Однако, если кто-то все-таки решится путешествовать под видом местного жителя, то Конолли ему советовал выдавать себя за бедняка. Как он убедился на собственном опыте, в тех регионах, где царит беззаконие, постоянно существует угроза ограбления и вымогательства Не имея ни лекарств, ни медицинских инструментов, чтобы выдать себя за врача, он решил попробовать добраться до Хивы под видом тамошнего базарного торговца шелковыми тканями, платками, мехами, перцем и другими товарами. Наняв проводника, слуг и верблюдов, он отправился в Хиву. Ему предстояло проделать 500 миль по пустыне на северо-восток от города Астрабад, расположенного у южной оконечности Каспийского моря.
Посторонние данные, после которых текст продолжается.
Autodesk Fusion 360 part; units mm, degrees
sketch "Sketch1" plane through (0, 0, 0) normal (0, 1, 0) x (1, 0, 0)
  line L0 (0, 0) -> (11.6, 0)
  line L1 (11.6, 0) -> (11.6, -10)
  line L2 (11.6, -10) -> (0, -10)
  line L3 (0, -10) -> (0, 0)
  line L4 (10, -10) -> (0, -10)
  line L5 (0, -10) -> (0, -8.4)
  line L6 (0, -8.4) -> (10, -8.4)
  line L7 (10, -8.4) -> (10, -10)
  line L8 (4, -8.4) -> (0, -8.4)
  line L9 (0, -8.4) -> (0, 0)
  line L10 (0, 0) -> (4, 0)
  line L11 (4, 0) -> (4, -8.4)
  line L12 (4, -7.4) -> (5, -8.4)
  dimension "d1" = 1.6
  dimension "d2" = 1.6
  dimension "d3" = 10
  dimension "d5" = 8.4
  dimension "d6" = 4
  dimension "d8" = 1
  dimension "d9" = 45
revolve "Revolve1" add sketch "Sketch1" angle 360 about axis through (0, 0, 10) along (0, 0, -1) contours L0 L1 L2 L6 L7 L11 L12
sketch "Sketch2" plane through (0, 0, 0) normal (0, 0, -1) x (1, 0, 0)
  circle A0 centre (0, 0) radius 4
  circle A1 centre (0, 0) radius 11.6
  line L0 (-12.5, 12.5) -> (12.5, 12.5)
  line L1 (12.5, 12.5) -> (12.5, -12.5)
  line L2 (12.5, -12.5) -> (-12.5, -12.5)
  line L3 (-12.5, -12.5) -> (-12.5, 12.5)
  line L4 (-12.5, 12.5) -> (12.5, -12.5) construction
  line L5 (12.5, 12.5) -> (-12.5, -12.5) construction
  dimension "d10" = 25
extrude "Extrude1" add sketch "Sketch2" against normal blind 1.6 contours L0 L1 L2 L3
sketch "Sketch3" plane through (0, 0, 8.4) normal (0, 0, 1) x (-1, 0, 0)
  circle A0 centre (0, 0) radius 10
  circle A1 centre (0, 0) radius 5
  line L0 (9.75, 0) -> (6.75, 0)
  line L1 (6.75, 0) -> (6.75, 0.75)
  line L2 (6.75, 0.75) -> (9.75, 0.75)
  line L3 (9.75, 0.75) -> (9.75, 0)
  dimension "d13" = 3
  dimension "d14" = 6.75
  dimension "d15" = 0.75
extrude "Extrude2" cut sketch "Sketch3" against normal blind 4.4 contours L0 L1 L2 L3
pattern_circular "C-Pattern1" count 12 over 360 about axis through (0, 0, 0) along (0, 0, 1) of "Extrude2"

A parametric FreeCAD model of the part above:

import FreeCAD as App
import Part
import Sketcher
from FreeCAD import Vector
Q = App.Units.Quantity


def add_polygon(sketch, points):
    """Adds a closed chain of lines whose ends are joined by coincident constraints."""
    first, n = sketch.GeometryCount, len(points)
    for a, b in zip(points, points[1:] + points[:1]):
        sketch.addGeometry(Part.LineSegment(App.Vector(*a, 0), App.Vector(*b, 0)), False)
    for i in range(n):
        sketch.addConstraint(Sketcher.Constraint("Coincident", first + i, 2, first + (i + 1) % n, 1))

doc = App.newDocument("Part")
params = doc.addObject("Spreadsheet::Sheet", "Params")
for row, (alias, value) in enumerate([
    ("sketch1_height", "10 mm"),
    ("sketch1_width", "1.6 mm"),
    ("revolution_angle", "360 deg"),
    ("sketch2_width", "25 mm"),
    ("sketch2_diameter", "23.2 mm"),
    ("pad1_length", "1.6 mm"),
    ("sketch3_width", "3 mm"),
    ("sketch3_height", "0.75 mm"),
    ("pocket1_length", "4.4 mm"),
], start=1):
    params.set(f"A{row}", alias)
    params.set(f"B{row}", "=" + value)
    params.setAlias(f"B{row}", alias)

body = doc.addObject("PartDesign::Body", "Body")

sketch1 = doc.addObject("Sketcher::SketchObject", "Sketch")
body.addObject(sketch1)
sketch1.AttachmentSupport = (doc.XZ_Plane, [""])
sketch1.MapMode = "FlatFace"
add_polygon(sketch1, [(11.6, 0), (4, 0), (4, 7.4), (5, 8.4), (10, 8.4), (10, 10), (11.6, 10)])
sketch1.addConstraint([
    Sketcher.Constraint("Horizontal", 0),
    Sketcher.Constraint("Vertical", 1),
    Sketcher.Constraint("Horizontal", 3),
    Sketcher.Constraint("Vertical", 4),
    Sketcher.Constraint("Horizontal", 5),
    Sketcher.Constraint("Vertical", 6),
    Sketcher.Constraint("PointOnObject", 0, 2, -1),
    Sketcher.Constraint("Equal", 5, 4),
    Sketcher.Constraint("DistanceY", 6, 2, 6, 1, 10.0),
    Sketcher.Constraint("Angle", 2, Q("45 deg")),
    Sketcher.Constraint("DistanceX", 5, 1, 5, 2, 1.6),
    Sketcher.Constraint("DistanceX", -1, 1, 0, 2, 4.0),
    Sketcher.Constraint("DistanceX", -1, 1, 3, 2, 10.0),
    Sketcher.Constraint("DistanceX", 1, 2, 2, 2, 1.0),
])
sketch1.setExpression("Constraints[15]", "Params.sketch1_height")
sketch1.setExpression("Constraints[17]", "Params.sketch1_width")
revolution = doc.addObject("PartDesign::Revolution", "Revolution")
body.addObject(revolution)
revolution.Profile = sketch1
revolution.ReferenceAxis = (sketch1, ["V_Axis"])
revolution.setExpression("Angle", "Params.revolution_angle")

sketch2 = doc.addObject("Sketcher::SketchObject", "Sketch001")
body.addObject(sketch2)
sketch2.AttachmentSupport = (doc.XY_Plane, [""])
sketch2.MapMode = "FlatFace"
add_polygon(sketch2, [(12.5, -12.5), (-12.5, -12.5), (-12.5, 12.5), (12.5, 12.5)])
sketch2.addGeometry(Part.Circle(Vector(0, 0, 0), Vector(0, 0, 1), 11.6), False)
sketch2.addConstraint([
    Sketcher.Constraint("Horizontal", 0),
    Sketcher.Constraint("Vertical", 1),
    Sketcher.Constraint("Horizontal", 2),
    Sketcher.Constraint("Vertical", 3),
    Sketcher.Constraint("Coincident", 4, 3, -1, 1),
    Sketcher.Constraint("Symmetric", 0, 2, 2, 2, -1, 1),
    Sketcher.Constraint("Equal", 2, 1),
    Sketcher.Constraint("DistanceX", 0, 2, 0, 1, 25.0),
    Sketcher.Constraint("Diameter", 4, 23.2),
])
sketch2.setExpression("Constraints[11]", "Params.sketch2_width")
sketch2.setExpression("Constraints[12]", "Params.sketch2_diameter")
pad1 = doc.addObject("PartDesign::Pad", "Pad")
body.addObject(pad1)
pad1.Profile = sketch2
pad1.setExpression("Length", "Params.pad1_length")

sketch3 = doc.addObject("Sketcher::SketchObject", "Sketch002")
body.addObject(sketch3)
sketch3.AttachmentSupport = (doc.XY_Plane, [""])
sketch3.MapMode = "FlatFace"
sketch3.AttachmentOffset = App.Placement(Vector(0, 0, 8.4), App.Rotation())
add_polygon(sketch3, [(-6.75, 0), (-9.75, 0), (-9.75, -0.75), (-6.75, -0.75)])
sketch3.addConstraint([
    Sketcher.Constraint("Horizontal", 0),
    Sketcher.Constraint("Vertical", 1),
    Sketcher.Constraint("Horizontal", 2),
    Sketcher.Constraint("Vertical", 3),
    Sketcher.Constraint("PointOnObject", 0, 2, -1),
    Sketcher.Constraint("DistanceX", 0, 2, 0, 1, 3.0),
    Sketcher.Constraint("DistanceY", 1, 2, 1, 1, 0.75),
    Sketcher.Constraint("DistanceX", 2, 2, -1, 1, 6.75),
])
sketch3.setExpression("Constraints[9]", "Params.sketch3_width")
sketch3.setExpression("Constraints[10]", "Params.sketch3_height")
pocket1 = doc.addObject("PartDesign::Pocket", "Pocket")
body.addObject(pocket1)
pocket1.Profile = sketch3
pocket1.setExpression("Length", "Params.pocket1_length")
doc.recompute()

polarpattern = doc.addObject("PartDesign::PolarPattern", "PolarPattern")
body.addObject(polarpattern)
polarpattern.Originals = [pocket1]
polarpattern.Axis = (doc.Z_Axis, [""])
polarpattern.Angle = 360
polarpattern.Occurrences = 12
body.Tip = polarpattern

doc.recompute()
Когда он отбыл, сговорившись по пути встретиться с большим караваном, направляющимся в Хиву, его персидский друг заметил: «Мне не нравятся те собаки, среди которых вы находитесь». Однако Конолли не принял предупреждений всерьез, видимо, предполагая, что сможет справиться с любым предательством местных жителей.
Сначала, пока они спешили догнать основной караван, что обеспечило бы им защиту при пересечении пустыни Каракум, все шло неплохо. Они знали, что караваны и группы паломников регулярно подвергаются налетам туркменских работорговцев. «Обычно туркмены поджидают паломников на рассвете», — писал Конолли. Это происходило как раз в тот момент, когда путники, еще полусонные после долгого ночного перехода, останавливались для молитвы. Пожилых и тех, кто пытался сопротивляться, убивали на месте, сильных и красивых брали в плен, чтобы продать на работорговых рынках разных ханств. Конолли прекрасно понимал весь тот огромный риск, которому он подвергался, но привлекательность Хивы перевешивала все остальное.